We all go through different types of trauma as we grow up. Life altering events have a way of seeping into our bones and continue to have an effect on us our whole lives, no matter how vivid they may be. Some of these can be fixed with time and effort, others can be a lot tougher to mend, and some we have to learn to forgive and live with.

There’s no magic wand and bad things do happen to good people who don’t deserve it. Don’t tell me Snow White didn’t go on through life without shuddering whenever she passed a broom, or a pair of dirty clogs.

The best we can do is accept the things that we cannot change and recognise that despite the effect they’ve had on you, they’re over. They’re not happening to you anymore. There’s only so long you can ‘blame another witch’ for your problems.

I wish I had the capacity to repress it all and forget, putting all my energy into the gym or shagging it all away on Grindr, but that wouldn’t be very ‘me’.

The point is; to have baggage, to be insecure, to have low self-esteem or even to admit out loud that you get lonely is not a terrible thing, and it doesn’t make you a bad person in any way.

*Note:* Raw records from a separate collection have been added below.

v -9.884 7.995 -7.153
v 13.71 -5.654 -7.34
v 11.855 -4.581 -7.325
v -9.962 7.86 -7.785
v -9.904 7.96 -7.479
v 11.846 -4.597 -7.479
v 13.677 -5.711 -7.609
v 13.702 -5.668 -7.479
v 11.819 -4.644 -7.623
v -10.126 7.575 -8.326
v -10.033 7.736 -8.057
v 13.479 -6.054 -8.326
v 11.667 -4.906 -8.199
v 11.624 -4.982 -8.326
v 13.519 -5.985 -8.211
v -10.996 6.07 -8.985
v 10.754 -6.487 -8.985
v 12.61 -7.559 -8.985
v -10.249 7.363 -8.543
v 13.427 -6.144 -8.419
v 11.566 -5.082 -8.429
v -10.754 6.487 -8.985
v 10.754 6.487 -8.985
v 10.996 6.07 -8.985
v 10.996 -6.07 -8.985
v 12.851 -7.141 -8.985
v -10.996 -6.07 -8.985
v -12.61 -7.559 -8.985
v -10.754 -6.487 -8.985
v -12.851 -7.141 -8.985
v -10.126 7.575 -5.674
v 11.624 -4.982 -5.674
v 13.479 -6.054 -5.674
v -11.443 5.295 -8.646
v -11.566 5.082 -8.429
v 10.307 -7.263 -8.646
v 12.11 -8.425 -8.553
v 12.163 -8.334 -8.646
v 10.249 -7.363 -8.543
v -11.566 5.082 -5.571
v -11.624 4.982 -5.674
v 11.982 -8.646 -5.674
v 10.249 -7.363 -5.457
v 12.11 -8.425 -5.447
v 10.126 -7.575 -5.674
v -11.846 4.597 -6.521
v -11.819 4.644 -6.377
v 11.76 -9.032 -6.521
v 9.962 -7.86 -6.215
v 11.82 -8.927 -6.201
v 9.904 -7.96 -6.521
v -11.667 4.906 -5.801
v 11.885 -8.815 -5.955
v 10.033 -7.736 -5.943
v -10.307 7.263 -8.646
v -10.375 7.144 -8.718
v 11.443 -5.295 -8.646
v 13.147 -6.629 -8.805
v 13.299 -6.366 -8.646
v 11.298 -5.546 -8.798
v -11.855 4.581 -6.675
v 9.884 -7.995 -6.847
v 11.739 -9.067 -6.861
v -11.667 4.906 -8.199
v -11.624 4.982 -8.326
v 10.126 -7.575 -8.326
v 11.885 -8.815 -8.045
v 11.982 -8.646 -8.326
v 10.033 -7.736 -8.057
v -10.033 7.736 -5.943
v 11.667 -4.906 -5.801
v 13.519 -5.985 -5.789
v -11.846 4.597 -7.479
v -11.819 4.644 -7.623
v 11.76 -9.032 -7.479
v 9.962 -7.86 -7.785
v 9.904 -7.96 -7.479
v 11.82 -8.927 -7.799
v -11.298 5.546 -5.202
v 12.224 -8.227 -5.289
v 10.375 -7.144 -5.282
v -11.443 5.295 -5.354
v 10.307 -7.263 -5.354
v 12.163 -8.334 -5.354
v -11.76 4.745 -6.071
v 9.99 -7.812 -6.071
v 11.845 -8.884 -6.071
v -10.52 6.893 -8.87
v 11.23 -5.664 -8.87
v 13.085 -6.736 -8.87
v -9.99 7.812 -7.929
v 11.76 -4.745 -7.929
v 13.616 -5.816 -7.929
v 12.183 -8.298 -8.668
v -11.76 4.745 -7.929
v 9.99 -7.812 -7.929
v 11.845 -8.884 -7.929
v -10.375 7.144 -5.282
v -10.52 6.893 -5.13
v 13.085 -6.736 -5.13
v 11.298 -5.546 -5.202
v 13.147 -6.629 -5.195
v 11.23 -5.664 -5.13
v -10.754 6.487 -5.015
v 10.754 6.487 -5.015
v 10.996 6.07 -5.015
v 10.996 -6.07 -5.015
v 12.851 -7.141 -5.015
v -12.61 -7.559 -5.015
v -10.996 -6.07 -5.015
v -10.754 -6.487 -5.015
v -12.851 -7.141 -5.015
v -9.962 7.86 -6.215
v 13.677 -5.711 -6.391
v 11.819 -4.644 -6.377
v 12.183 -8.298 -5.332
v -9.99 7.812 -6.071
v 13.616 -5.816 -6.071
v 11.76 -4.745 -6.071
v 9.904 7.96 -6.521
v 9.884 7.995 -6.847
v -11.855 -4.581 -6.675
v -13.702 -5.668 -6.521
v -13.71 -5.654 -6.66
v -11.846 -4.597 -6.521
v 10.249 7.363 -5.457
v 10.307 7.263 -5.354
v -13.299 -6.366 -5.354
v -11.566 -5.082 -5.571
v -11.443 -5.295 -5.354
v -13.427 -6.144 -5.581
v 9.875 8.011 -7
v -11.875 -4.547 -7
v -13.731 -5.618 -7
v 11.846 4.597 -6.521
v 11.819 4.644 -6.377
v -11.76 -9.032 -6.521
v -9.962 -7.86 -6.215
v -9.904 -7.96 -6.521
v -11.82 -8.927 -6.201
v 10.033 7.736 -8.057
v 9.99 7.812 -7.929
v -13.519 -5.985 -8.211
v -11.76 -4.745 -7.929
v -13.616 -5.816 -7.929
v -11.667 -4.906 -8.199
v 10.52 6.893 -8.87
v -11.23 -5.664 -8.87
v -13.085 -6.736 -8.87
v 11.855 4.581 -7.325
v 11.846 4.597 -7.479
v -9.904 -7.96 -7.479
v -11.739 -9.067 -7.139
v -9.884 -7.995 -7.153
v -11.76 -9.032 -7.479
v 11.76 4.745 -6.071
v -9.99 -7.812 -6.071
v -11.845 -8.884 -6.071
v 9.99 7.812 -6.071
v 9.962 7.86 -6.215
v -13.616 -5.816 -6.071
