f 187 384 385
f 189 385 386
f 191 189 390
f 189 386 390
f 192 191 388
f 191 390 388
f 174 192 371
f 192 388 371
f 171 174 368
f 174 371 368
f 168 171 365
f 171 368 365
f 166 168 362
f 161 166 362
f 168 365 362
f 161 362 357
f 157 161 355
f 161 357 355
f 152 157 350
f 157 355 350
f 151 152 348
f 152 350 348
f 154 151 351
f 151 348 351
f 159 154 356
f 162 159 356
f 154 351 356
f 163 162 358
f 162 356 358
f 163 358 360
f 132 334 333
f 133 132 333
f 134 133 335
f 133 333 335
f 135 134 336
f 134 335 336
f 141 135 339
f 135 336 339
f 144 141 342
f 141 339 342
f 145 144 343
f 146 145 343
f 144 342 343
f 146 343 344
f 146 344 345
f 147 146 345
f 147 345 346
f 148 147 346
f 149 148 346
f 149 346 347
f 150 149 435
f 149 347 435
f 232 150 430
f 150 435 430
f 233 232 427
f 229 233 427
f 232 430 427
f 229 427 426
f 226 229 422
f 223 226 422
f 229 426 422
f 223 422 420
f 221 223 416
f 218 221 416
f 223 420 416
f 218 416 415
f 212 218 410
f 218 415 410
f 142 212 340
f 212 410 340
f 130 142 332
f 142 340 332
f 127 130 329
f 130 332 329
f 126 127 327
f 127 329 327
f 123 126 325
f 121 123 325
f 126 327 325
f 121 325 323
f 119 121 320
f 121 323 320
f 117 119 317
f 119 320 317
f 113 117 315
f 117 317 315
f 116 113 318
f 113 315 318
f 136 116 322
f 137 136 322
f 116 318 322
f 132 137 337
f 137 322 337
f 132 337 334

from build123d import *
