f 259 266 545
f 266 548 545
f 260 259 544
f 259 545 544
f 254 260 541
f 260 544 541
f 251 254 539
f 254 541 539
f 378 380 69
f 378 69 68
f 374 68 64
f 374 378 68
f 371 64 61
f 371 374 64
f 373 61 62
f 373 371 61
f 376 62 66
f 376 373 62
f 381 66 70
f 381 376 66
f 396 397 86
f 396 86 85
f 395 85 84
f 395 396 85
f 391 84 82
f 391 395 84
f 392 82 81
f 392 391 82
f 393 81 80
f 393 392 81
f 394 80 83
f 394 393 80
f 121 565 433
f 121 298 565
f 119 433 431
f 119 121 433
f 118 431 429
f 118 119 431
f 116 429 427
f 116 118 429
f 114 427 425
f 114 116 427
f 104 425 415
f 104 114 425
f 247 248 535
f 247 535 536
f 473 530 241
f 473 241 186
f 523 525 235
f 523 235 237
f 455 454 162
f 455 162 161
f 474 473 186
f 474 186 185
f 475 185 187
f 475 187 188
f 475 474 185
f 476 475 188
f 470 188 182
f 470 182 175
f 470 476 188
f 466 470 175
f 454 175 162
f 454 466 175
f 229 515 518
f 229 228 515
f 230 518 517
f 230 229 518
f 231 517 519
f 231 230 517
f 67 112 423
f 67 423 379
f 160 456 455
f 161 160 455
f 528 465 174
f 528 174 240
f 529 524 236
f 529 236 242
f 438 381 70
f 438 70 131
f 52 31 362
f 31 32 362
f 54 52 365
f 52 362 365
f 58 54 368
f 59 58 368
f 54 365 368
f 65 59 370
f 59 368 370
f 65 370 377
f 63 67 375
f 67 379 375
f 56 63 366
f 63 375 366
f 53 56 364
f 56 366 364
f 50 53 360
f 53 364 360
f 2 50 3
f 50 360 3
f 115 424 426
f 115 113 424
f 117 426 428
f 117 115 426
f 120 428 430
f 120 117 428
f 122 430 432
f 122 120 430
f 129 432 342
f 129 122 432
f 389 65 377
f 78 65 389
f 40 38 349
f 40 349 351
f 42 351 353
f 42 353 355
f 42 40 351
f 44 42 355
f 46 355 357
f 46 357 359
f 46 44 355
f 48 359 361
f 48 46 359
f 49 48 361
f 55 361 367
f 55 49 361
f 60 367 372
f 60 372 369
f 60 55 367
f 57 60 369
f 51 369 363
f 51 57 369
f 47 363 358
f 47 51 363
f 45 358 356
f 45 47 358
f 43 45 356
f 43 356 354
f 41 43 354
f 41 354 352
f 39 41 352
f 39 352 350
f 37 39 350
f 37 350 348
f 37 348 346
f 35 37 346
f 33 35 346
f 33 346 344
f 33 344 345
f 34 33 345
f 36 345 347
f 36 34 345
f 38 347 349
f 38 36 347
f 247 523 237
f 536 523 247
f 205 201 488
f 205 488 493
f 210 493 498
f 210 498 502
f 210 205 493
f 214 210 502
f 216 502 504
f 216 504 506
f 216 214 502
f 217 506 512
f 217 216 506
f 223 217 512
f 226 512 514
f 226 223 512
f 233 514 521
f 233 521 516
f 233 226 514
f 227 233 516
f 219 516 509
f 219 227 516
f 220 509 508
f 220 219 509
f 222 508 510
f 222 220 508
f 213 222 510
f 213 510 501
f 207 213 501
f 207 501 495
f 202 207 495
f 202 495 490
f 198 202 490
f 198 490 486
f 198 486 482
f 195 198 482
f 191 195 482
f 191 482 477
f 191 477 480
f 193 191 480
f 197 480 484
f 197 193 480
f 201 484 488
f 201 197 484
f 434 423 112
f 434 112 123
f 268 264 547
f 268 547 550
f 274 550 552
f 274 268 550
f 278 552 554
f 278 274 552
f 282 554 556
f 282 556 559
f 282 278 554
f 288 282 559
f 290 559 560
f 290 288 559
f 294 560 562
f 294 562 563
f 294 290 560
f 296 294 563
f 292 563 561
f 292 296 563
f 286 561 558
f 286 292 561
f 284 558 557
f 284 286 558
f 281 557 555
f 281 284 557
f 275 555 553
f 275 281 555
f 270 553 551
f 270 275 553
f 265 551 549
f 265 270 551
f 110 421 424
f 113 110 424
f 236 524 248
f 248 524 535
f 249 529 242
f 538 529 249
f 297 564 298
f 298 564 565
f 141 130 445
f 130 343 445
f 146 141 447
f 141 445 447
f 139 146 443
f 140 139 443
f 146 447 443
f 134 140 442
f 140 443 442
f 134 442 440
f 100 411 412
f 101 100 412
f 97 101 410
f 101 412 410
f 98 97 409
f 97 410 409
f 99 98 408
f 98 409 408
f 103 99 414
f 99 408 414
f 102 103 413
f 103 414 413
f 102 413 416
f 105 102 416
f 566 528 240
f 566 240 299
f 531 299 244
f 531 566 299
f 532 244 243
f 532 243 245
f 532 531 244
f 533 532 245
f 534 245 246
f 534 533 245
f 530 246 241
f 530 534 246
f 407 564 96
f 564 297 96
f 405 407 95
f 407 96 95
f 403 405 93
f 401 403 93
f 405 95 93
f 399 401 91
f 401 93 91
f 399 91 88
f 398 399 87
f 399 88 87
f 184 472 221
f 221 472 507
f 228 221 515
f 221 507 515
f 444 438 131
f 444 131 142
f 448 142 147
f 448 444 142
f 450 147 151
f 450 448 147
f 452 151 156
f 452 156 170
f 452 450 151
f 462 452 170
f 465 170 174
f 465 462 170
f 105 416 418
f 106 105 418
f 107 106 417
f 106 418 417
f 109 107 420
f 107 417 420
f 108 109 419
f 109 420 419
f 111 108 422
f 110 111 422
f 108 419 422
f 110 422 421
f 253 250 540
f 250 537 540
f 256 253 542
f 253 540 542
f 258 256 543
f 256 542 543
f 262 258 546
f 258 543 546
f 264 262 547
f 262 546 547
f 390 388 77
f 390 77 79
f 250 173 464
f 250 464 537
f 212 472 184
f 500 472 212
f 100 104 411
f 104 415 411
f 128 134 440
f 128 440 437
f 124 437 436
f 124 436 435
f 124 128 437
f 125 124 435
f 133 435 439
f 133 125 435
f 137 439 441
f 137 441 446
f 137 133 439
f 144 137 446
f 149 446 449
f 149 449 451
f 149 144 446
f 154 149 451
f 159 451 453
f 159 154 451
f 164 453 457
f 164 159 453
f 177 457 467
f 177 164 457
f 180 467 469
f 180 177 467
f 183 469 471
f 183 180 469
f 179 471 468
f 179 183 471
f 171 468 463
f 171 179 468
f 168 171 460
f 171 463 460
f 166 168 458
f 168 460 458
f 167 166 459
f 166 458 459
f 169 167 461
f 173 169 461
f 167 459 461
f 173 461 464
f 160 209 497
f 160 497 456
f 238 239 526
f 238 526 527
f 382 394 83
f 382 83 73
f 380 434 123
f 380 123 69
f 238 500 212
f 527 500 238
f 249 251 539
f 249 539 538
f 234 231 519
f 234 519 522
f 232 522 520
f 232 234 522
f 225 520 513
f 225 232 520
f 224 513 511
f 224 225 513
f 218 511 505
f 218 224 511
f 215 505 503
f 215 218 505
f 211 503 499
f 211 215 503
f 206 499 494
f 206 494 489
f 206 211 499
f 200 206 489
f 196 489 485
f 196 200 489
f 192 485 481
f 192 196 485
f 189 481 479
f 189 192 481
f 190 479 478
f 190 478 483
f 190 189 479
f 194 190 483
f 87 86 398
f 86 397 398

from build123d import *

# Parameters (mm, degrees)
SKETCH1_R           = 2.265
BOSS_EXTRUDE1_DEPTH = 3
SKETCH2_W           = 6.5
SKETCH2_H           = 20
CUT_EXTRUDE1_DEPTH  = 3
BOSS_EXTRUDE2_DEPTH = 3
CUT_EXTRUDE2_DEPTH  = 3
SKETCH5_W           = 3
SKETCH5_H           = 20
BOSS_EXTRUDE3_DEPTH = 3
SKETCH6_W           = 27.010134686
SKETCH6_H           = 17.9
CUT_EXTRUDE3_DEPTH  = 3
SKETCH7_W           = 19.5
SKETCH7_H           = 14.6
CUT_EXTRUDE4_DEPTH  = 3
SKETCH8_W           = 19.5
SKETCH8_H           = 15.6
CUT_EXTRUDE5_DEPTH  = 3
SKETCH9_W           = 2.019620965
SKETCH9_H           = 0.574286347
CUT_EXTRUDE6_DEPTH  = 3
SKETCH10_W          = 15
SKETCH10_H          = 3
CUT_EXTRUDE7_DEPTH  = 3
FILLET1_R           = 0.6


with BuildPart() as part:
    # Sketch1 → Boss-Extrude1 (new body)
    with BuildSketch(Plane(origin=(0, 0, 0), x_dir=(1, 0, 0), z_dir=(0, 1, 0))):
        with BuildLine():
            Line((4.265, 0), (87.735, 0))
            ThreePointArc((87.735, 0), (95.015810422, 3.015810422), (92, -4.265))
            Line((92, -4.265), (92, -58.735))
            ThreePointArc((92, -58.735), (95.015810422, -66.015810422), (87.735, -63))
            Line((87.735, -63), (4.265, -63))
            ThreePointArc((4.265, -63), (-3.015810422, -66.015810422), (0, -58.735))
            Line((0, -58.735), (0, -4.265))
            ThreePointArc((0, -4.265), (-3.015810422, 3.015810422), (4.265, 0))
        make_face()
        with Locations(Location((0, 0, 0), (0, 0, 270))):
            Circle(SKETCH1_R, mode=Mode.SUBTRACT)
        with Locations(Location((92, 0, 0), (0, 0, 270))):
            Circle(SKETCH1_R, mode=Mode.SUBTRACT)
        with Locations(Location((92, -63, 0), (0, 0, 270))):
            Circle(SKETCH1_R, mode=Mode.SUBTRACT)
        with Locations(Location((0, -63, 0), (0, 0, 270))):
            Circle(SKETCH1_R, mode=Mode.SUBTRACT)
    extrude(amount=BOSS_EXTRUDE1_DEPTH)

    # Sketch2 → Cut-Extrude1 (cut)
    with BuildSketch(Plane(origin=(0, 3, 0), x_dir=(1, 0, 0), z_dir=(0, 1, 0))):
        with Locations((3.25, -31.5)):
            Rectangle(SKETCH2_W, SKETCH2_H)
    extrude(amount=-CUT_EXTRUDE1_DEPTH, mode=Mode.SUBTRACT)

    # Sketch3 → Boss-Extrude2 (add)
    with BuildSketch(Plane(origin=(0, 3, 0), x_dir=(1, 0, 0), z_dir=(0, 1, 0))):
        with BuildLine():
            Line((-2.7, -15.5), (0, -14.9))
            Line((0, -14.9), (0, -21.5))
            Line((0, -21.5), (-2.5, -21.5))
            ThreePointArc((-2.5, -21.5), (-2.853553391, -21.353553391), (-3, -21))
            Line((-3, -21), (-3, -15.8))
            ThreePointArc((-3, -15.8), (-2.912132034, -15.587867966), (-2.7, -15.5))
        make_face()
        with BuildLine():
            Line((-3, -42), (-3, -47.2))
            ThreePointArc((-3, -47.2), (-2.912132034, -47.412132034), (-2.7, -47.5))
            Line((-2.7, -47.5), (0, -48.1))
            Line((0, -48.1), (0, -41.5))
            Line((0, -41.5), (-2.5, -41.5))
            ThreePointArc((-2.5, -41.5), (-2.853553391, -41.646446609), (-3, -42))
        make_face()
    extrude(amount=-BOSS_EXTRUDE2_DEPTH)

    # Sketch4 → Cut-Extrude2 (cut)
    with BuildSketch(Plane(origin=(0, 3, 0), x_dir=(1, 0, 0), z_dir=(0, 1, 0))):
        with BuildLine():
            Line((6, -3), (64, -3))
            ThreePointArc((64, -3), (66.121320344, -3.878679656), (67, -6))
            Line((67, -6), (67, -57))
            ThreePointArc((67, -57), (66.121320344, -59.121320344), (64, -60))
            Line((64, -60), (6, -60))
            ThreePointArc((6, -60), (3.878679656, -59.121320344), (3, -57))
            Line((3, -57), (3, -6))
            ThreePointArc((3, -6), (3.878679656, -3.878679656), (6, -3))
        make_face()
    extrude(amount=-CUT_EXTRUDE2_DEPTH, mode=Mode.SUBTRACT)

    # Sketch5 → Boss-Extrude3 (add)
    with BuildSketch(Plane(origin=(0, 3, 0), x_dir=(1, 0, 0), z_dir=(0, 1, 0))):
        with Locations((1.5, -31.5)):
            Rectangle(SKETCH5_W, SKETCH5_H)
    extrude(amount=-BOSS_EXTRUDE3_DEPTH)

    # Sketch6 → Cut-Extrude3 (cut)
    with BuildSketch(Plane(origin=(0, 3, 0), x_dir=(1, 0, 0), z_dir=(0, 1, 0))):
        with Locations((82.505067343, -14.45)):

And if the theory is right, that we must love ourselves before we’re able to have a chance, then I’d like to know how so many of us still manage to find great relationships regardless of how fucked up we are.

If you’re going to love yourself for anything, love your traits. It’s these that make you beautiful and TRULY individual.

The lovers come and go, but you’ve got to live with yourself for a long time. Take care of you.